BEGIN

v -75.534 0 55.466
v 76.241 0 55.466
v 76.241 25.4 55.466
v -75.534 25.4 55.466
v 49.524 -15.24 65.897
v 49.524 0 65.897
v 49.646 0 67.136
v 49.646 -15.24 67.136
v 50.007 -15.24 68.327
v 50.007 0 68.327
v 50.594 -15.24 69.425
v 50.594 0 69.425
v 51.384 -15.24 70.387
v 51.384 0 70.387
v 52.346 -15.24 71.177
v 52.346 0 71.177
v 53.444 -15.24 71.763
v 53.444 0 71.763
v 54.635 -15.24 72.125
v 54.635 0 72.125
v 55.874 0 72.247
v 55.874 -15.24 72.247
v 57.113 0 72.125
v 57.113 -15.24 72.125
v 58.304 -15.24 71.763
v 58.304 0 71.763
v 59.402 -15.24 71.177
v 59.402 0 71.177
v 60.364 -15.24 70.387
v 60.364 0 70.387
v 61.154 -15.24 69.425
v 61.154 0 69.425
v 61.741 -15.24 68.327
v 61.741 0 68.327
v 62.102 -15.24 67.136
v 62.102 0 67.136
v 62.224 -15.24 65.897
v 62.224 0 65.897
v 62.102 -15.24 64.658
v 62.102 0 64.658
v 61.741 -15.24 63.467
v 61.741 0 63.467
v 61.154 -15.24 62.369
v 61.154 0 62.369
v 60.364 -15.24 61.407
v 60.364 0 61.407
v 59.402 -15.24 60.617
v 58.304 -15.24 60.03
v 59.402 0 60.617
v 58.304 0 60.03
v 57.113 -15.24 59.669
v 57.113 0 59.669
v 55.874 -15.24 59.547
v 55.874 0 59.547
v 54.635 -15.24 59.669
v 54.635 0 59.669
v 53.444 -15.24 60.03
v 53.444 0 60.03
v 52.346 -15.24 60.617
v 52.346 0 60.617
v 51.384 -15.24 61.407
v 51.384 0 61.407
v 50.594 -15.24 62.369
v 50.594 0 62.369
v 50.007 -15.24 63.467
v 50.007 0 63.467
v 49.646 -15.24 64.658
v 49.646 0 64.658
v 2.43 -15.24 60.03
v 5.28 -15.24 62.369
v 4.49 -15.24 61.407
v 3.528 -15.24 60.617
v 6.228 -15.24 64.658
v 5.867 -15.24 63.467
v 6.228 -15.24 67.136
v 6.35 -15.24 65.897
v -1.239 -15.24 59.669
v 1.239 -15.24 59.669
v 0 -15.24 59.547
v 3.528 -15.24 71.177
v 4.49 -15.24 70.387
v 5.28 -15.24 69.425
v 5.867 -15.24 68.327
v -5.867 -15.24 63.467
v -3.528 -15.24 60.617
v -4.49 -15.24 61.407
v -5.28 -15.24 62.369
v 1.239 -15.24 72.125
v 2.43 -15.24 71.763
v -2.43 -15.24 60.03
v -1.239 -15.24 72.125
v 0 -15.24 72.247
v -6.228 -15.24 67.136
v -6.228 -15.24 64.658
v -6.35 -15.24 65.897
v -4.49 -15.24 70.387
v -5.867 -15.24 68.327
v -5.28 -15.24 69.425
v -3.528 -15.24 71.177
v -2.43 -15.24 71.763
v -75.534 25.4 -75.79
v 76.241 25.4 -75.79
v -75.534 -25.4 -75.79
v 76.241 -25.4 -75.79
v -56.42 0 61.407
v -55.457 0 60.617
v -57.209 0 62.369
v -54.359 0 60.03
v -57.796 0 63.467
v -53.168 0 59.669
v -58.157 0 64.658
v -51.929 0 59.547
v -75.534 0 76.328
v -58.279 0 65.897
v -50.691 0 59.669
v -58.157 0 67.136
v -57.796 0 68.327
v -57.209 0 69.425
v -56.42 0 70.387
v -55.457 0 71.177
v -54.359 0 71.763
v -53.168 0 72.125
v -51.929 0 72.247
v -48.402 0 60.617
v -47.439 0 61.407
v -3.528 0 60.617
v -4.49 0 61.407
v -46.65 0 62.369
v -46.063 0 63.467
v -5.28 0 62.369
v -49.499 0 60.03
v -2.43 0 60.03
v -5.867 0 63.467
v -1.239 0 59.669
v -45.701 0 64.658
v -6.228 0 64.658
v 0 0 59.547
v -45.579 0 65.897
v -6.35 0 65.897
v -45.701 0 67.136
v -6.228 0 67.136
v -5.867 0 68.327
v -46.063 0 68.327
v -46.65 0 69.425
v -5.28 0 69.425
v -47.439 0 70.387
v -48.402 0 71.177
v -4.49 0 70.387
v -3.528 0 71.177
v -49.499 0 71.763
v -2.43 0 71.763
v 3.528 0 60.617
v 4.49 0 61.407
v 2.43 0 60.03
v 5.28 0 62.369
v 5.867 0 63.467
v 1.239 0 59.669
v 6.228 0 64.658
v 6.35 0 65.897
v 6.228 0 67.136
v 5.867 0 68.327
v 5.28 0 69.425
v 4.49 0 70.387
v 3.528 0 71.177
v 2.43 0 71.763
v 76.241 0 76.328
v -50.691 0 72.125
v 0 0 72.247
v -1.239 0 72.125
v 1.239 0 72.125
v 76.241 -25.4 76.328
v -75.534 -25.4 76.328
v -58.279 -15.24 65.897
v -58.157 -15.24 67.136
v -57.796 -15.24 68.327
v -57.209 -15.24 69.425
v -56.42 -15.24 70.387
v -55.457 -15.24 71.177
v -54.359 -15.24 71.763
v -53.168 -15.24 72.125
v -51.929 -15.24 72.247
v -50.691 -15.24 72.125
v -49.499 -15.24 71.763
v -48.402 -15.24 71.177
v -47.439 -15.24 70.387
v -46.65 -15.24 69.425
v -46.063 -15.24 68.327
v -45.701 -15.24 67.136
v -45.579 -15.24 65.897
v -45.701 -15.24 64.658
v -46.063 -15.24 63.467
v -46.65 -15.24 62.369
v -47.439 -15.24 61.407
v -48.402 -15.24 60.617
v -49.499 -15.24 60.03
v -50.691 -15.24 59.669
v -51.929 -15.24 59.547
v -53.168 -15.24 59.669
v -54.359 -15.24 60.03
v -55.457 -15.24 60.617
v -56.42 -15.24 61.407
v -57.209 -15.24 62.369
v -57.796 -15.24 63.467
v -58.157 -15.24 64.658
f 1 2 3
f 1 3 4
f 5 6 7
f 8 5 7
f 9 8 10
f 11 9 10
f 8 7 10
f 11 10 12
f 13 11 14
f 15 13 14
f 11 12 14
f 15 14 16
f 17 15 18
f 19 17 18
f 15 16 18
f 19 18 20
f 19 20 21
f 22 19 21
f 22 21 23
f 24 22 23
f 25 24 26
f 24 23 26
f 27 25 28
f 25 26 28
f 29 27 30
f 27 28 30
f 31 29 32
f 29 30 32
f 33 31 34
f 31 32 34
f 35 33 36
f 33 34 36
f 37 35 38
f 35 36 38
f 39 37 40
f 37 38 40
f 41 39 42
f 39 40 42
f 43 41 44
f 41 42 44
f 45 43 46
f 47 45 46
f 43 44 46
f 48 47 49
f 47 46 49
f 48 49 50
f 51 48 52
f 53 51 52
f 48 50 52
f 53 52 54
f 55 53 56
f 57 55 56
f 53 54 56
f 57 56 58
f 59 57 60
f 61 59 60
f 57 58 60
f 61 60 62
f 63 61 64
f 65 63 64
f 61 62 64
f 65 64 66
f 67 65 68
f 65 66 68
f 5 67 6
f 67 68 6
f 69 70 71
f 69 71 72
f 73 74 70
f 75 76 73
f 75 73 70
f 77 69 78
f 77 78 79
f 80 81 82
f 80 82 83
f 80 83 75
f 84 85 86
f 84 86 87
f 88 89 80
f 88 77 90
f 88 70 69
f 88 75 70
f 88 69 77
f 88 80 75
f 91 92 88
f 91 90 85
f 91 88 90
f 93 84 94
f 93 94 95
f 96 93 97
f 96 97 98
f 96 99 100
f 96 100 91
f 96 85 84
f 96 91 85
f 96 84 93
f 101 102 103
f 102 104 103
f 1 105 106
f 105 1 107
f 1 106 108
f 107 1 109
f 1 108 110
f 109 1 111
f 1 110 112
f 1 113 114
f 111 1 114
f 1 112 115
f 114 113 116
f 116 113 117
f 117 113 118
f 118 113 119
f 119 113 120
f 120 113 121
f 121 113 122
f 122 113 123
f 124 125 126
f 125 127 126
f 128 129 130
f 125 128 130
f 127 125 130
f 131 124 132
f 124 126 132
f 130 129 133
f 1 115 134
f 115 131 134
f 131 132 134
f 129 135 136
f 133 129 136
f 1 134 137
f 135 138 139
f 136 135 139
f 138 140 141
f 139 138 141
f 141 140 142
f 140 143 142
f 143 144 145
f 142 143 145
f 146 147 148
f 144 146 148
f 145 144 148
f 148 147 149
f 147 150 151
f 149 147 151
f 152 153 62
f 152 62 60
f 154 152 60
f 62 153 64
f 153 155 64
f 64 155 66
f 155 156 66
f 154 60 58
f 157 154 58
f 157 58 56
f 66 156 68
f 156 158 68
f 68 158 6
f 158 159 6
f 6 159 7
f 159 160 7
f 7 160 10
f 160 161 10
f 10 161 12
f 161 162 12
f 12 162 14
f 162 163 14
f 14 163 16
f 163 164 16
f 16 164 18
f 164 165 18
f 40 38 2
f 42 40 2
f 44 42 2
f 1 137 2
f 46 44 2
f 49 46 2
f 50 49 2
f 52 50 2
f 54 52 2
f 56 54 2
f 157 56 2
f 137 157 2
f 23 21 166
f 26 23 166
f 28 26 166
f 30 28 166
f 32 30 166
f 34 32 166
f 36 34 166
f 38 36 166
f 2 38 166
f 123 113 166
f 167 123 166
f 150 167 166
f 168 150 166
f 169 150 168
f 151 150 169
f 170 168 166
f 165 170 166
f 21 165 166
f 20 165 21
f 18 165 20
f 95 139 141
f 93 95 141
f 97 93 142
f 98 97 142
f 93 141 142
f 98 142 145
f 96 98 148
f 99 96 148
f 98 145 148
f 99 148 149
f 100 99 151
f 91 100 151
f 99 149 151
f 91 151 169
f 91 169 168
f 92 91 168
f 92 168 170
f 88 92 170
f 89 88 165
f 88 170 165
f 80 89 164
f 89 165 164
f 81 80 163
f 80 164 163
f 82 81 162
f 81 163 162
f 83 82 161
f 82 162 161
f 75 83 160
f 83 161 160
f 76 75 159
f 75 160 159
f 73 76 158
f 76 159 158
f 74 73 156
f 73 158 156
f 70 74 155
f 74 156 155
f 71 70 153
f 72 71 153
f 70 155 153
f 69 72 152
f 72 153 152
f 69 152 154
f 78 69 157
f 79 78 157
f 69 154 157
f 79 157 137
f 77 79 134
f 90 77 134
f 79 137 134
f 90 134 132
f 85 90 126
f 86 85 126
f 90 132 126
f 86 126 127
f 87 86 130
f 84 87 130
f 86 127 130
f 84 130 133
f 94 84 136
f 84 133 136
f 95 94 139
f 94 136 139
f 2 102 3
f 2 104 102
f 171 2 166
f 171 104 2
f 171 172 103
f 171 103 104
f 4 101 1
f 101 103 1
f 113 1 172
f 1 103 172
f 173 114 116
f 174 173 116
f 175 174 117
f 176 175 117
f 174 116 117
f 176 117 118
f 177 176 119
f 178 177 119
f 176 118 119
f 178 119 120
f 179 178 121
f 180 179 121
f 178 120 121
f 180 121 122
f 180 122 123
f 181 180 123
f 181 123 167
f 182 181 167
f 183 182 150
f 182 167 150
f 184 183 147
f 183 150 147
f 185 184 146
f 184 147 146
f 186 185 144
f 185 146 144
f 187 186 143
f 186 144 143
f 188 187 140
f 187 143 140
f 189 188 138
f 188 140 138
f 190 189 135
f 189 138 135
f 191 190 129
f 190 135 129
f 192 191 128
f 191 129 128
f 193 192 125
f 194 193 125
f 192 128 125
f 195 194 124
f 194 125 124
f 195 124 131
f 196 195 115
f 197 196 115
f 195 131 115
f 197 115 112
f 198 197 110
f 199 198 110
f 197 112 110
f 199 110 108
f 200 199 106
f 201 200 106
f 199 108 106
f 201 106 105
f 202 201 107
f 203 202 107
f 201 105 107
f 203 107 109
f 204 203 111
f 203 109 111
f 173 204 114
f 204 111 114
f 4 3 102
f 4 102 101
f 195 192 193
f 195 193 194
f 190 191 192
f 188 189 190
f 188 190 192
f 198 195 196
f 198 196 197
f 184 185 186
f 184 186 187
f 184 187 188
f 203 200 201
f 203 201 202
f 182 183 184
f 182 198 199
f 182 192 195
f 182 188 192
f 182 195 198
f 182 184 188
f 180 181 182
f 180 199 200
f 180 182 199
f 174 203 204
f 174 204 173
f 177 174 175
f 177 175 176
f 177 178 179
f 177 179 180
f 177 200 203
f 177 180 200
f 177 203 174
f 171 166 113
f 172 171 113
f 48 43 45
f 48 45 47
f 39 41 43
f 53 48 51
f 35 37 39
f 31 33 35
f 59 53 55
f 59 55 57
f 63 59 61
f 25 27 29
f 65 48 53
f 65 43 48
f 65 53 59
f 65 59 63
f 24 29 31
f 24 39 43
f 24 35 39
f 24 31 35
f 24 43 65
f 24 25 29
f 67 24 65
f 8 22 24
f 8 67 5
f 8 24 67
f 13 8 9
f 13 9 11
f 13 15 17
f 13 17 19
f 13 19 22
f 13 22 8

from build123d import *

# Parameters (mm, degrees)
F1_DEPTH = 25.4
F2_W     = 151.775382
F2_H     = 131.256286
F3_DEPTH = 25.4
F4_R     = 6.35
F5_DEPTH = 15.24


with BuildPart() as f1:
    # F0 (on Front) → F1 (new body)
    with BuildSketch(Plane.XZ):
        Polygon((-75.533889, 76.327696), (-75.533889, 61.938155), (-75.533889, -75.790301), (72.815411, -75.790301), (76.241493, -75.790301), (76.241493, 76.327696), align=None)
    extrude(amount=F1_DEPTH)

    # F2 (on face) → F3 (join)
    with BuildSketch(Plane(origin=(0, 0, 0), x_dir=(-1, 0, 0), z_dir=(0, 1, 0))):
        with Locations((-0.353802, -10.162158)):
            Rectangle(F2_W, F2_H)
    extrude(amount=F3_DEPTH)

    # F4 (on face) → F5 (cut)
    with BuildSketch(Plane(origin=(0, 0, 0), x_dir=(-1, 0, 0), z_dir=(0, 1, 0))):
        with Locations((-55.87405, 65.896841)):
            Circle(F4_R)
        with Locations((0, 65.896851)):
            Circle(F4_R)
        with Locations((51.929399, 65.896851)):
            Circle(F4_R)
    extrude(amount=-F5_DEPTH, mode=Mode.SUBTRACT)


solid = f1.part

END
BEGIN

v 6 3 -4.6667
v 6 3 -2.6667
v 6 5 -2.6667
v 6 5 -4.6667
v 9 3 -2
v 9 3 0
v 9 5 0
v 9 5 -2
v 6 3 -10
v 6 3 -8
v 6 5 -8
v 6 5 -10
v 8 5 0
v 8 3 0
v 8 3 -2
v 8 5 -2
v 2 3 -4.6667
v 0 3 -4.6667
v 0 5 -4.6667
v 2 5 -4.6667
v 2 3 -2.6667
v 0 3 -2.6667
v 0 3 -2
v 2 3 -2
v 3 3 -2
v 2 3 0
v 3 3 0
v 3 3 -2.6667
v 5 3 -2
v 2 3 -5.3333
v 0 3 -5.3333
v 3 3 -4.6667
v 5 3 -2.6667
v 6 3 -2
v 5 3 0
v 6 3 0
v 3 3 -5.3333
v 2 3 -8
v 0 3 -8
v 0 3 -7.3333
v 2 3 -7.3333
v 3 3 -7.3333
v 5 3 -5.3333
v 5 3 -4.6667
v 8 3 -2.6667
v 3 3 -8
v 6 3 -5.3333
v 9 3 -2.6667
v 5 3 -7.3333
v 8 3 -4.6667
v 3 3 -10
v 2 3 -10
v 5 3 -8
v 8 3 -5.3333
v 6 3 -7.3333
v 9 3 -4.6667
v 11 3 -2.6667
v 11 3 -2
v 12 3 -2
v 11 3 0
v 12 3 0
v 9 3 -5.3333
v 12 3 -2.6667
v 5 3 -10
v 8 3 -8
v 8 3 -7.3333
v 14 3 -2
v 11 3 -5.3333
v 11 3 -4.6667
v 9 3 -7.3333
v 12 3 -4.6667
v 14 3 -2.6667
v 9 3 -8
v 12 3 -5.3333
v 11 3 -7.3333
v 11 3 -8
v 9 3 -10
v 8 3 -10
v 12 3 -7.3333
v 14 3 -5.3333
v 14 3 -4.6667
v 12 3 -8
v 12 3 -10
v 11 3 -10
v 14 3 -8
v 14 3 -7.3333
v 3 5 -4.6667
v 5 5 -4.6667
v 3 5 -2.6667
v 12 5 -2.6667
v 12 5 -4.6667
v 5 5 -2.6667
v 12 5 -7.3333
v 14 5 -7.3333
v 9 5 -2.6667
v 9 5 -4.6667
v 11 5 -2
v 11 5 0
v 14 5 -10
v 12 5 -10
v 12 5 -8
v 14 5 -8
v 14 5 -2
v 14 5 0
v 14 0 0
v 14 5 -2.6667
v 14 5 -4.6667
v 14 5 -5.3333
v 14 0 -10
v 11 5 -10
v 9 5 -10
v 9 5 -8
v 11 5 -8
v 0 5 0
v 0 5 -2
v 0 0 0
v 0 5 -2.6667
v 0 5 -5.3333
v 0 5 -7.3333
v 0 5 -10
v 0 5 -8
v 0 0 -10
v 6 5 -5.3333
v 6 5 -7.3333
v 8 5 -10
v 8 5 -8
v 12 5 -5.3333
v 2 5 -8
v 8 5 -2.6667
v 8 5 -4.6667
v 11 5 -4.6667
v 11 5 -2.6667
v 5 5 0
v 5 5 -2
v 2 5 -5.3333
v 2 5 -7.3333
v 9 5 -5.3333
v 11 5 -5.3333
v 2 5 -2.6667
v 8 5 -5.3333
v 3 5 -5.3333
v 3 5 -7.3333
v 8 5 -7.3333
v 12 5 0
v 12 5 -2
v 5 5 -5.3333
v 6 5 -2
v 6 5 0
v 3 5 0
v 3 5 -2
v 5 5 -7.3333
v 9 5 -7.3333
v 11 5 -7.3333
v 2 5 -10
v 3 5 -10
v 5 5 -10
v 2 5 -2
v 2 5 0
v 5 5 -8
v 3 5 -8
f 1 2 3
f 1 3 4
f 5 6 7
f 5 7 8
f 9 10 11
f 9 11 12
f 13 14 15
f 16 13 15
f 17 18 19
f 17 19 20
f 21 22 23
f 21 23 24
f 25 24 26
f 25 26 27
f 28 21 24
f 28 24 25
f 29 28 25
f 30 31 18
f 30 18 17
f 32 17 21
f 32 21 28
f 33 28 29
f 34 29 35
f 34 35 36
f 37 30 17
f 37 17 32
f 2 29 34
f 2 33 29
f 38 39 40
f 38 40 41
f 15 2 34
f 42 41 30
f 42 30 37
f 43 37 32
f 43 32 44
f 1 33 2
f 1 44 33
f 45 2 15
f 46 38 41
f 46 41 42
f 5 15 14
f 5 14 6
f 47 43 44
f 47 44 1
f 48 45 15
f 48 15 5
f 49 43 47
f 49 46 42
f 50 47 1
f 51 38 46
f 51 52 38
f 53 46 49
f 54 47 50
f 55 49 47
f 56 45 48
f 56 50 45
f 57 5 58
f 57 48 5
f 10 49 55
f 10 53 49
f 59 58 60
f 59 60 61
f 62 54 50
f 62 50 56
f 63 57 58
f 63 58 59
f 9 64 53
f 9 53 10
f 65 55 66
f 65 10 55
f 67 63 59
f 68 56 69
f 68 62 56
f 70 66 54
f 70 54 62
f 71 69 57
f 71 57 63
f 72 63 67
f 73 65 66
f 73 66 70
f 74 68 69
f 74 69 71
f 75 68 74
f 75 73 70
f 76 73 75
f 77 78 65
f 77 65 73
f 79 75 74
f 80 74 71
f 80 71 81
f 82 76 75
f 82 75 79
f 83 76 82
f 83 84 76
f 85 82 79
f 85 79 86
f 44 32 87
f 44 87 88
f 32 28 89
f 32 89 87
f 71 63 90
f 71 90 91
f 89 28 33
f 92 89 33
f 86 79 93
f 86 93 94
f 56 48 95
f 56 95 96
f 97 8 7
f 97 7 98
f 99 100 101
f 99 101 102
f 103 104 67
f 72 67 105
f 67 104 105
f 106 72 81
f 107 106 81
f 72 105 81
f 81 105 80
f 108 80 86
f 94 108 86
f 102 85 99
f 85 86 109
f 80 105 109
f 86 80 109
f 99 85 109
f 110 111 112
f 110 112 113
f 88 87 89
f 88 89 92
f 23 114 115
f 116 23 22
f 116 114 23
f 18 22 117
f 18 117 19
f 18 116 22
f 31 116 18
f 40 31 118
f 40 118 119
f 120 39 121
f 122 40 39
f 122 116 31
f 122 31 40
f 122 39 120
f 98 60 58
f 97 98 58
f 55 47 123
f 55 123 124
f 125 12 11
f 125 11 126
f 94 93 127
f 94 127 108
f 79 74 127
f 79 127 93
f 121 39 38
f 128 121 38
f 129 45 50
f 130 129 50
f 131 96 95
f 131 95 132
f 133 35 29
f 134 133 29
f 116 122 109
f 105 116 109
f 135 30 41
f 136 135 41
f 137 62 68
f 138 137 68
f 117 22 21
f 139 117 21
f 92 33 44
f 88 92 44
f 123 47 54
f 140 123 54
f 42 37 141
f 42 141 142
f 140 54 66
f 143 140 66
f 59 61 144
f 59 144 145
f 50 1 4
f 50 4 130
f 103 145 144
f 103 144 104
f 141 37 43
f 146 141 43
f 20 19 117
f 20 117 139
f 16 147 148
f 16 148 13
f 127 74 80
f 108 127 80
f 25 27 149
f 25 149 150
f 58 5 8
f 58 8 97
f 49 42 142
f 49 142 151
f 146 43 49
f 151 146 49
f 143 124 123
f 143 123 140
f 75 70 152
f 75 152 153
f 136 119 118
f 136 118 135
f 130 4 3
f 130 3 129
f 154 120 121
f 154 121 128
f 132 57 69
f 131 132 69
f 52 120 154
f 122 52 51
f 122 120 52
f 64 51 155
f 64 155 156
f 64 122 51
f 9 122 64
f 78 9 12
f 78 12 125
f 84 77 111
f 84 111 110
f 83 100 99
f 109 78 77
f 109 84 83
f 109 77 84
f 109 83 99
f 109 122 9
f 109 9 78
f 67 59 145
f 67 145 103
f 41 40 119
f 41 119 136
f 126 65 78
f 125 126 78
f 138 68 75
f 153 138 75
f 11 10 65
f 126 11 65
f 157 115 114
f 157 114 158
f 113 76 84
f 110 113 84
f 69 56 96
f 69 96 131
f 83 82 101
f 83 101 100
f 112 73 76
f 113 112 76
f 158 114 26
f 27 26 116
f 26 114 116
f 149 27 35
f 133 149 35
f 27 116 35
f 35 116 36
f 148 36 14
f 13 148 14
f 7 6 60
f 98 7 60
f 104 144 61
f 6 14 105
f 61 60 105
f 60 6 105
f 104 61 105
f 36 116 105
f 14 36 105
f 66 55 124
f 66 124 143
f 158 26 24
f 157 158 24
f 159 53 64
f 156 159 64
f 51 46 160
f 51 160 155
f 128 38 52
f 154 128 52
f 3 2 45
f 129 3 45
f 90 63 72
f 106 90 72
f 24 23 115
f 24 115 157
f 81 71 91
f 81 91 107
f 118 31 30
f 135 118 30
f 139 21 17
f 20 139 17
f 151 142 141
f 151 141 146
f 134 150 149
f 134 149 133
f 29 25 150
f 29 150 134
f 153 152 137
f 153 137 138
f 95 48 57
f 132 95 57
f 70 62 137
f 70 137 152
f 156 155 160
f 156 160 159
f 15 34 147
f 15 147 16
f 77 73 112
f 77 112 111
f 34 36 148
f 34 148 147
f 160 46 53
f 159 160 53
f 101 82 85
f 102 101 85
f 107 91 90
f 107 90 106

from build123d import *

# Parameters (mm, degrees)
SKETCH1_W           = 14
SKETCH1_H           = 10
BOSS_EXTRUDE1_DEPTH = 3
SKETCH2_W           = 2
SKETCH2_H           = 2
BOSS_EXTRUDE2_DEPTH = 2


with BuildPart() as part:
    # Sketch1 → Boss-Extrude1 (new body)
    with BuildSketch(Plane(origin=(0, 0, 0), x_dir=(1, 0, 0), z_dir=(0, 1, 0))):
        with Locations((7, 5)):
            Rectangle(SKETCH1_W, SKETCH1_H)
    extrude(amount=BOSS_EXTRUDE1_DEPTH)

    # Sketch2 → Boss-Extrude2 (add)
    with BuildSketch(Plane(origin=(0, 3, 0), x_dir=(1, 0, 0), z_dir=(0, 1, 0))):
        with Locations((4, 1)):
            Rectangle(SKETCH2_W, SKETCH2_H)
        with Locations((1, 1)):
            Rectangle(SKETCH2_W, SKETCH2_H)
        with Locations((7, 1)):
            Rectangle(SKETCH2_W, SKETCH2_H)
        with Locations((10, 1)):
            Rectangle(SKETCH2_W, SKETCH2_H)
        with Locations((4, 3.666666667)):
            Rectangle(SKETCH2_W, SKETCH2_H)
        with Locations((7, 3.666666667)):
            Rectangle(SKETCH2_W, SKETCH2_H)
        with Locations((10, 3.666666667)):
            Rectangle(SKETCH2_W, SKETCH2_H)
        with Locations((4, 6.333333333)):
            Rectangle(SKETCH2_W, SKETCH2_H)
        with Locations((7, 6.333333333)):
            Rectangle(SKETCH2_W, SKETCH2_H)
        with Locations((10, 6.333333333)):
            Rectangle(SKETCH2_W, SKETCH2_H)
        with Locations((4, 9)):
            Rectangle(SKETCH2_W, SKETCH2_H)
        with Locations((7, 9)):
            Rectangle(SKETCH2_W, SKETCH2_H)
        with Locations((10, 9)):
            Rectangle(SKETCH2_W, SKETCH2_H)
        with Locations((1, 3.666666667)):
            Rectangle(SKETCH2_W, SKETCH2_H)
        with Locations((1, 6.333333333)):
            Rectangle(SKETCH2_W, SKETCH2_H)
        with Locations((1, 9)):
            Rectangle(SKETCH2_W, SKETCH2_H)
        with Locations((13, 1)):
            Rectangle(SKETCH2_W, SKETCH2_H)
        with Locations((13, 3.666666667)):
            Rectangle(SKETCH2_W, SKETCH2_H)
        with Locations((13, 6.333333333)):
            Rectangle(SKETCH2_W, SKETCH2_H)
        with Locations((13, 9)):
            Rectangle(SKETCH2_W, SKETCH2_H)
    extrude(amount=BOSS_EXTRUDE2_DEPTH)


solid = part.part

END

- [WORK REQUIRED]:
All that is wanted is the stretch of lines above from the one containing "v -75.534 0 55.466" through the one containing "v 61.741 -15.24 68.327", duplicated exactly.

- [RESPONSE TO THE EXERCISE]:
v -75.534 0 55.466
v 76.241 0 55.466
v 76.241 25.4 55.466
v -75.534 25.4 55.466
v 49.524 -15.24 65.897
v 49.524 0 65.897
v 49.646 0 67.136
v 49.646 -15.24 67.136
v 50.007 -15.24 68.327
v 50.007 0 68.327
v 50.594 -15.24 69.425
v 50.594 0 69.425
v 51.384 -15.24 70.387
v 51.384 0 70.387
v 52.346 -15.24 71.177
v 52.346 0 71.177
v 53.444 -15.24 71.763
v 53.444 0 71.763
v 54.635 -15.24 72.125
v 54.635 0 72.125
v 55.874 0 72.247
v 55.874 -15.24 72.247
v 57.113 0 72.125
v 57.113 -15.24 72.125
v 58.304 -15.24 71.763
v 58.304 0 71.763
v 59.402 -15.24 71.177
v 59.402 0 71.177
v 60.364 -15.24 70.387
v 60.364 0 70.387
v 61.154 -15.24 69.425
v 61.154 0 69.425
v 61.741 -15.24 68.327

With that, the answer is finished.